▸ Exercise description: If a line of the records contains the word "normal", list it.

▸ Recorded information:
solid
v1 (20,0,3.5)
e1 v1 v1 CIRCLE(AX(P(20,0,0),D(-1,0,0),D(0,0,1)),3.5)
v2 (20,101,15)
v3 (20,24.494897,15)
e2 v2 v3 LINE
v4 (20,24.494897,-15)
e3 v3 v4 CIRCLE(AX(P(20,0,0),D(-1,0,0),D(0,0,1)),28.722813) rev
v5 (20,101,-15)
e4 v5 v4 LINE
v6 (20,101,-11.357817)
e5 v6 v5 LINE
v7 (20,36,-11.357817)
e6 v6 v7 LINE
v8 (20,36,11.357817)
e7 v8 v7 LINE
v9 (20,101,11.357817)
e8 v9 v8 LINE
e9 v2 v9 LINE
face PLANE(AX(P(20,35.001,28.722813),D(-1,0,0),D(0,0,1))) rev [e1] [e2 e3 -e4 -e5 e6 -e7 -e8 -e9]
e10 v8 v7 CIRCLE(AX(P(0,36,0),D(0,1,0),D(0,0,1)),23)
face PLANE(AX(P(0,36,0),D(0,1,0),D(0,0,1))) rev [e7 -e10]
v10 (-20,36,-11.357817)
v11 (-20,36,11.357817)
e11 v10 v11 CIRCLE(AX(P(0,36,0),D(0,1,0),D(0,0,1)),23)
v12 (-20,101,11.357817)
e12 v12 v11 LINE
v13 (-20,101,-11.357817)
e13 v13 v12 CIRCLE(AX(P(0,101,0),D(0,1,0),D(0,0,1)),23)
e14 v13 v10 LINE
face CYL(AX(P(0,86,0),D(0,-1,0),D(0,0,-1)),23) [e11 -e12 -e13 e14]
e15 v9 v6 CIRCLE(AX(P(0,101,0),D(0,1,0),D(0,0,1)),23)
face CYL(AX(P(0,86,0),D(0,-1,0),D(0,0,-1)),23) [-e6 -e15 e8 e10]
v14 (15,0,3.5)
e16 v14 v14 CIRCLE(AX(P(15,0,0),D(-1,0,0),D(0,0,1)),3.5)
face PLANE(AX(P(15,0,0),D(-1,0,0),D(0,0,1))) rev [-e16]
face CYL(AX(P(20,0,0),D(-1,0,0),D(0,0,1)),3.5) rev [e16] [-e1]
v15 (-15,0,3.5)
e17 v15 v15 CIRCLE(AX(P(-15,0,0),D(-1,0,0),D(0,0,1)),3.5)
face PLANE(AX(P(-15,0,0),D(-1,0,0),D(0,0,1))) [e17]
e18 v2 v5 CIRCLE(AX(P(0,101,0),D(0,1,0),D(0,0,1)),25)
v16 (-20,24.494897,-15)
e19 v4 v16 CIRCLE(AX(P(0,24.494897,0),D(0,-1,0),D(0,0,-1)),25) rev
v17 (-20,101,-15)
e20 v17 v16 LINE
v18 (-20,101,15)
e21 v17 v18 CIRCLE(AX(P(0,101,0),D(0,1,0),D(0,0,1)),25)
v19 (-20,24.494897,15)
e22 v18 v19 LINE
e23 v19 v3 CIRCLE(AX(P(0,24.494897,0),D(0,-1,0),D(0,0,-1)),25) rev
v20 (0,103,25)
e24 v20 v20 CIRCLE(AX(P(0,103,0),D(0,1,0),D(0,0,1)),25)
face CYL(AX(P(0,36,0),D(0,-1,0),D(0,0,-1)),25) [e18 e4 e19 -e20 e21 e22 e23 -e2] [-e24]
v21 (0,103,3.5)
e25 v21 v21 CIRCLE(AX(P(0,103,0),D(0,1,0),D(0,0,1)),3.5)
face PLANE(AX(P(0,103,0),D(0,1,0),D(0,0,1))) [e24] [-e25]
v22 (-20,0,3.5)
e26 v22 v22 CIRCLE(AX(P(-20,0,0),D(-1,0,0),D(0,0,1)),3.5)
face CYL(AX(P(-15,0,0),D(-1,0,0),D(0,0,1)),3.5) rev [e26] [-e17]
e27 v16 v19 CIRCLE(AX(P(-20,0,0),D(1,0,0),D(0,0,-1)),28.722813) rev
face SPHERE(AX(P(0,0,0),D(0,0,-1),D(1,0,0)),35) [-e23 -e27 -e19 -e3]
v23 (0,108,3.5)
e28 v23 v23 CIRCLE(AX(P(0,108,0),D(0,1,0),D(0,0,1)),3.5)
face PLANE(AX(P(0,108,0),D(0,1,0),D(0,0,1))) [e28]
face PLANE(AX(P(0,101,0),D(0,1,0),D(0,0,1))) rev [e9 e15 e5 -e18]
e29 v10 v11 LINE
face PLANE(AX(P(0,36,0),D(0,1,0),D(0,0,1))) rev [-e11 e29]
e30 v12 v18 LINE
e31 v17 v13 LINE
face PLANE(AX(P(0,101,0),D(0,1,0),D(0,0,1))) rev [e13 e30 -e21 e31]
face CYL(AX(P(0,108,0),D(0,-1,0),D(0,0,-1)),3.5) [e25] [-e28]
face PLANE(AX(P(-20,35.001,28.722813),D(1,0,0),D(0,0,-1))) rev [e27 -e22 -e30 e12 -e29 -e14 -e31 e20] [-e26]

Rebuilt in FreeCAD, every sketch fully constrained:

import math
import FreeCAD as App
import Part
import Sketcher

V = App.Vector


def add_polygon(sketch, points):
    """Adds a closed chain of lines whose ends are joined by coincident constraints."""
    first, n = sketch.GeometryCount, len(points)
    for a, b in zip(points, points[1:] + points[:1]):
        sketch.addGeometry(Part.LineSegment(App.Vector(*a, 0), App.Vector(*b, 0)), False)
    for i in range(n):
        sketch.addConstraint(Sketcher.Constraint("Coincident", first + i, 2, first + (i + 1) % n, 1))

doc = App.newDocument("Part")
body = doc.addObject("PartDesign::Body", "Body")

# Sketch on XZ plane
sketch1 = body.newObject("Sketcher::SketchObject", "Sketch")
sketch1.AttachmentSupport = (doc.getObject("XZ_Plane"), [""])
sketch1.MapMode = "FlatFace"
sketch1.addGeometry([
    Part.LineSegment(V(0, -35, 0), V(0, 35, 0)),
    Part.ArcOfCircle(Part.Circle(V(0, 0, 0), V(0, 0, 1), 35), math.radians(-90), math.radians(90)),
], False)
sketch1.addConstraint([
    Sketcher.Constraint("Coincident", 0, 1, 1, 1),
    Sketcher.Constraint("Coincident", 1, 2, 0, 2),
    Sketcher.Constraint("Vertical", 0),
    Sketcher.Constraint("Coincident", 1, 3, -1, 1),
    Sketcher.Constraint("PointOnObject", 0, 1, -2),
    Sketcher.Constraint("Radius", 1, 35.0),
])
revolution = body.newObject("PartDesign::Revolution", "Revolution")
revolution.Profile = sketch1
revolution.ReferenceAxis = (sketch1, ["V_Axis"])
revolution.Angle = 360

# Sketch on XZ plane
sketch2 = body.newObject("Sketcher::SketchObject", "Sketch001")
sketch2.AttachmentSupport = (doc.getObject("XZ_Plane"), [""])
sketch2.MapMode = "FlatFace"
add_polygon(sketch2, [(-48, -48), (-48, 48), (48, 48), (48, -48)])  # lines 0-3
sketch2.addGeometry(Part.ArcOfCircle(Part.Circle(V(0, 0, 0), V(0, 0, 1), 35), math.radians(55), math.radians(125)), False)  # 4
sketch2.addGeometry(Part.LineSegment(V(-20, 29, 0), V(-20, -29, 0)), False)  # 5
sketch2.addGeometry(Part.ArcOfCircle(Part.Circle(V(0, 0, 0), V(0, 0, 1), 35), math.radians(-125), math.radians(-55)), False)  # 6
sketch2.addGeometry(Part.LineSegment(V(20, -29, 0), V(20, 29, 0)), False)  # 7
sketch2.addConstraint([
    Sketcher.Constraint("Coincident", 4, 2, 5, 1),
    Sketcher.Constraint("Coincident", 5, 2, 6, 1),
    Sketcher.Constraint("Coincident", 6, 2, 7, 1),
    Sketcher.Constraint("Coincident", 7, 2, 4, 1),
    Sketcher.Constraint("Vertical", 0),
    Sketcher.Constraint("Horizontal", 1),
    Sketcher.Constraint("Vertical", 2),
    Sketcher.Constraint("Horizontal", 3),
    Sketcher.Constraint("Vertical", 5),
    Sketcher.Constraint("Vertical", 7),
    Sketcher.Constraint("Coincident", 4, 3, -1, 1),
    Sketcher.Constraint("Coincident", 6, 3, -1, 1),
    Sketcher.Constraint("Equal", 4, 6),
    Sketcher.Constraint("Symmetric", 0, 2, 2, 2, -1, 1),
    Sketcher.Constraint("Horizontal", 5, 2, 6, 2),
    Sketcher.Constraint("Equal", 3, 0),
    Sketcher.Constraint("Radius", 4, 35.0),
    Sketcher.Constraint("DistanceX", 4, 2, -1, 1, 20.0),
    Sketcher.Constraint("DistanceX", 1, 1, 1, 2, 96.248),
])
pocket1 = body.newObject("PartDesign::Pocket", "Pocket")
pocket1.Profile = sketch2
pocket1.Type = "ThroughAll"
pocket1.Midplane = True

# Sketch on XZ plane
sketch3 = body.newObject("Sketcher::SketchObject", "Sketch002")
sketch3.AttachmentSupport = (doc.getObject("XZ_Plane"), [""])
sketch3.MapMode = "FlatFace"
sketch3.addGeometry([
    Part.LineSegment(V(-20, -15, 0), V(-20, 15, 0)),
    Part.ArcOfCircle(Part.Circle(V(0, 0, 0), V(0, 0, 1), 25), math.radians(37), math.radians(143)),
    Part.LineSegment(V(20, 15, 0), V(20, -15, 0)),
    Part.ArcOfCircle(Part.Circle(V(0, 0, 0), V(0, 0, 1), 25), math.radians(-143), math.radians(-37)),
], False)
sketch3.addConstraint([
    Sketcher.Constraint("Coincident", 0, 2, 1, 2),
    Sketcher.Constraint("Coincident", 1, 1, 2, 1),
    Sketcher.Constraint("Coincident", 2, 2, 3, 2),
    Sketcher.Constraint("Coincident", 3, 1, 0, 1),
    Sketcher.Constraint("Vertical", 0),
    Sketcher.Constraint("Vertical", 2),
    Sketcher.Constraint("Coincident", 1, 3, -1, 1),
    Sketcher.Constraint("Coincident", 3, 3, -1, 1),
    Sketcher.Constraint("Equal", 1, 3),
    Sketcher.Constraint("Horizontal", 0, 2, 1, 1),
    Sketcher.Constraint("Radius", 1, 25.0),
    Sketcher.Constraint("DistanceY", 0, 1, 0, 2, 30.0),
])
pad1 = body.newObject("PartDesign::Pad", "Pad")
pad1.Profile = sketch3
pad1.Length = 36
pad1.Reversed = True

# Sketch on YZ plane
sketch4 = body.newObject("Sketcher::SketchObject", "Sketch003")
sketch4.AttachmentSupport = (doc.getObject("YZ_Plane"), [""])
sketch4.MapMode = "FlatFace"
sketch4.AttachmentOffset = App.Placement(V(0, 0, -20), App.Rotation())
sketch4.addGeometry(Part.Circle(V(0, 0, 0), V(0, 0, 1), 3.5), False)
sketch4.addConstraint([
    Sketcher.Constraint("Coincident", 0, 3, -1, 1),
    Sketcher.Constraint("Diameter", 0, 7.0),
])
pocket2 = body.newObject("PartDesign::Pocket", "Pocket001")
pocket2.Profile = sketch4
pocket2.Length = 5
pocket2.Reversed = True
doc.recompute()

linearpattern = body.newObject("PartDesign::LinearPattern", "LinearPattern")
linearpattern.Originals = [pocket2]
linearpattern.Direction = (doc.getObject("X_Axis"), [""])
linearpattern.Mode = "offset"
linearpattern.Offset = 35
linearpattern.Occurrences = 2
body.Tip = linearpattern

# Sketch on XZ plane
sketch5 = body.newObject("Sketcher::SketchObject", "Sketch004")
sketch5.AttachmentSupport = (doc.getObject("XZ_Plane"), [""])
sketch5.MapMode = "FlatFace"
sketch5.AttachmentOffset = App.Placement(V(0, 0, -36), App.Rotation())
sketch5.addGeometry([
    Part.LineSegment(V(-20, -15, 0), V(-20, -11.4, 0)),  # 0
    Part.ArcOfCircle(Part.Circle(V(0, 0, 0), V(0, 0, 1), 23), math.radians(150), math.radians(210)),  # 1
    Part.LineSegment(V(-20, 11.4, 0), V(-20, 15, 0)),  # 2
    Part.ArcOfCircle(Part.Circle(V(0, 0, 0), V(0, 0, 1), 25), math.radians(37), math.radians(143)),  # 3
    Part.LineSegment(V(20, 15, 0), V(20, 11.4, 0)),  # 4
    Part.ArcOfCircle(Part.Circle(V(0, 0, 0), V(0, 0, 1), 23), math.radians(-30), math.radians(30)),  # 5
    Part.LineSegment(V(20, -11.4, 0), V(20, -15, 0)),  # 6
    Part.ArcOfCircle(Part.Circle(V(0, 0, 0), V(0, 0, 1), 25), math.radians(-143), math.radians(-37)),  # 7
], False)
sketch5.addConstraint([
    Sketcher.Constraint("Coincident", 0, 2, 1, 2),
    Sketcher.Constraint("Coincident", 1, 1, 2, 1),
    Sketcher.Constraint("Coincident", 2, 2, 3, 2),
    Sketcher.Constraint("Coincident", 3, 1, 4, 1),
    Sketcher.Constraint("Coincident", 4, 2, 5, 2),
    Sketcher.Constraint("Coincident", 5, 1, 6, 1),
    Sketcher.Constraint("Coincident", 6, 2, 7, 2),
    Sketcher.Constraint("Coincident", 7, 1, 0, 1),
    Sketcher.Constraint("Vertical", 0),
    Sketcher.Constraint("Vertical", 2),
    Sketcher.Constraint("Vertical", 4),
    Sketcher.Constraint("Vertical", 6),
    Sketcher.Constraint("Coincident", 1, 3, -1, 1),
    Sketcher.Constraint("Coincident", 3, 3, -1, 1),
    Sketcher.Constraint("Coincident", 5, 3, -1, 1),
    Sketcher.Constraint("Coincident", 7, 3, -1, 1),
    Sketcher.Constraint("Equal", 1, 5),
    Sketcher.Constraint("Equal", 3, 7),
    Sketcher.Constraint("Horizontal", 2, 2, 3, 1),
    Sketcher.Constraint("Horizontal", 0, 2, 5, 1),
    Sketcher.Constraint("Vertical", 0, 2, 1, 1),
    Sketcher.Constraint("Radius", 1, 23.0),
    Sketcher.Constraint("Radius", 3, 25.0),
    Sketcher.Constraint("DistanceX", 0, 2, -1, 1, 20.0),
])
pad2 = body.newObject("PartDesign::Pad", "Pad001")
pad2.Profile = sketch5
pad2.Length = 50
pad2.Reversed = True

---

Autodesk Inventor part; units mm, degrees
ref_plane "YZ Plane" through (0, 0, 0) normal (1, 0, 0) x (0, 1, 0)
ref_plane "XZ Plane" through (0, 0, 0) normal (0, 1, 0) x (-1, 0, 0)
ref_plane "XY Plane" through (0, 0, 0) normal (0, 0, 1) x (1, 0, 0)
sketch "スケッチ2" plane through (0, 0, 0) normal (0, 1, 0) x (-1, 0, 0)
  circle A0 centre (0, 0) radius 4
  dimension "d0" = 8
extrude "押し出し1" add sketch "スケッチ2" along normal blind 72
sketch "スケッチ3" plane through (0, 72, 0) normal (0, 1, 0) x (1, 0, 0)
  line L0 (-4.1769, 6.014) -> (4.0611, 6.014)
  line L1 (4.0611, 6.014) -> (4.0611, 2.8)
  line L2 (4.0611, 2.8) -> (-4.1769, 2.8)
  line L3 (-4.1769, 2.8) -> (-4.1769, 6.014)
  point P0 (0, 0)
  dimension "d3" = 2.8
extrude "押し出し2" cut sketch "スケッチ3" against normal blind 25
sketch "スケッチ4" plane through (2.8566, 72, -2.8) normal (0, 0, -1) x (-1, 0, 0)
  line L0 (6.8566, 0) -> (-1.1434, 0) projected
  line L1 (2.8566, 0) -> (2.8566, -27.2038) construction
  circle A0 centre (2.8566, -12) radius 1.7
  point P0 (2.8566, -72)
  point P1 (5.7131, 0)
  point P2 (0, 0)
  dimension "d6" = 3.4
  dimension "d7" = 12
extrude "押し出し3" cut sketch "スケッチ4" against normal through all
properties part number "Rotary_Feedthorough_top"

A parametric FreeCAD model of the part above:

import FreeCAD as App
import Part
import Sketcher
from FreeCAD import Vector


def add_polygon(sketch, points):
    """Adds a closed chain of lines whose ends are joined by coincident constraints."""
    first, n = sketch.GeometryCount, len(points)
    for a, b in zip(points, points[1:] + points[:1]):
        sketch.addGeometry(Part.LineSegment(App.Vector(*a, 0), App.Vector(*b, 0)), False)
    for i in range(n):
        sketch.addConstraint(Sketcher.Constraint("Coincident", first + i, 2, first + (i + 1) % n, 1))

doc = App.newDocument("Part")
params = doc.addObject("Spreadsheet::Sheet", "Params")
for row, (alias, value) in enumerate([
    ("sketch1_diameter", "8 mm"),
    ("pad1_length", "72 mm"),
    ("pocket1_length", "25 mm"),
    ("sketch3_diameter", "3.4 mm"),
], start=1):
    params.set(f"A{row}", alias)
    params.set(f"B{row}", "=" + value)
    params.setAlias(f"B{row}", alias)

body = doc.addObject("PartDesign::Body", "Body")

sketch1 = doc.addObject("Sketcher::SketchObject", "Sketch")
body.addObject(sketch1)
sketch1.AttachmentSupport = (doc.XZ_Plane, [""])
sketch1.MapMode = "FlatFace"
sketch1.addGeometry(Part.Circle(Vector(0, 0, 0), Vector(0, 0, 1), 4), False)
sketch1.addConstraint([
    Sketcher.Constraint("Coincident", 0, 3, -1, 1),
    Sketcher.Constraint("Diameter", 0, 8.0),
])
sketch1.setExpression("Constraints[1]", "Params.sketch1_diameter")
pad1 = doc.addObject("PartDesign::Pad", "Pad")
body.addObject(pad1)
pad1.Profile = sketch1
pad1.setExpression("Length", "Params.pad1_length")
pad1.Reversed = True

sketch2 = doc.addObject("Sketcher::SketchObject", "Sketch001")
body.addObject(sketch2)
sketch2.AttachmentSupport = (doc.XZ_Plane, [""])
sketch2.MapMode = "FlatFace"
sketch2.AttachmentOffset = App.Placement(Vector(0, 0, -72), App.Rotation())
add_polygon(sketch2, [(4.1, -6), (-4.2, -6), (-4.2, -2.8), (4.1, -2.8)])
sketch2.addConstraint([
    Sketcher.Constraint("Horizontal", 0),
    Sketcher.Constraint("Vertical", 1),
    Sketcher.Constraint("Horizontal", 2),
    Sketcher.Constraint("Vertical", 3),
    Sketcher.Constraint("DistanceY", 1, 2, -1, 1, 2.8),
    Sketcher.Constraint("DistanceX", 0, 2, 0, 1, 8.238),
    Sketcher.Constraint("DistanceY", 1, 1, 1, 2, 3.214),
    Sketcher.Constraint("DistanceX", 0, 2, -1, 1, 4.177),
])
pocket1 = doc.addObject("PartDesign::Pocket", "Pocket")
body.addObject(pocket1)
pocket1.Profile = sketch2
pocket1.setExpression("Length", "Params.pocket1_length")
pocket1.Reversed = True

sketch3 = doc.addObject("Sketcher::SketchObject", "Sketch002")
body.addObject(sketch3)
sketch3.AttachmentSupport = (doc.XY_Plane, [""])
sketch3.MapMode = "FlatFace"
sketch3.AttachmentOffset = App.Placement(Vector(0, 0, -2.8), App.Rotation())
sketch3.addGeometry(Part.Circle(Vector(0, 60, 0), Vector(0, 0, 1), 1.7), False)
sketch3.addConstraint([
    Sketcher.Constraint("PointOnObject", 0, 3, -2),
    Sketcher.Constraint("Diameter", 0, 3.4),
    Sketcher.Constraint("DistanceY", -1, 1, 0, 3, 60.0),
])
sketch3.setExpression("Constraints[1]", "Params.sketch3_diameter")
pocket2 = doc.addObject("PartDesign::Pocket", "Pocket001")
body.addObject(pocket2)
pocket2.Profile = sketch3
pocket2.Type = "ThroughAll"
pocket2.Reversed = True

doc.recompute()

▸ Reply to the exercise:
ref_plane "YZ Plane" through (0, 0, 0) normal (1, 0, 0) x (0, 1, 0)
ref_plane "XZ Plane" through (0, 0, 0) normal (0, 1, 0) x (-1, 0, 0)
ref_plane "XY Plane" through (0, 0, 0) normal (0, 0, 1) x (1, 0, 0)
sketch "スケッチ2" plane through (0, 0, 0) normal (0, 1, 0) x (-1, 0, 0)
extrude "押し出し1" add sketch "スケッチ2" along normal blind 72
sketch "スケッチ3" plane through (0, 72, 0) normal (0, 1, 0) x (1, 0, 0)
extrude "押し出し2" cut sketch "スケッチ3" against normal blind 25
sketch "スケッチ4" plane through (2.8566, 72, -2.8) normal (0, 0, -1) x (-1, 0, 0)
extrude "押し出し3" cut sketch "スケッチ4" against normal through all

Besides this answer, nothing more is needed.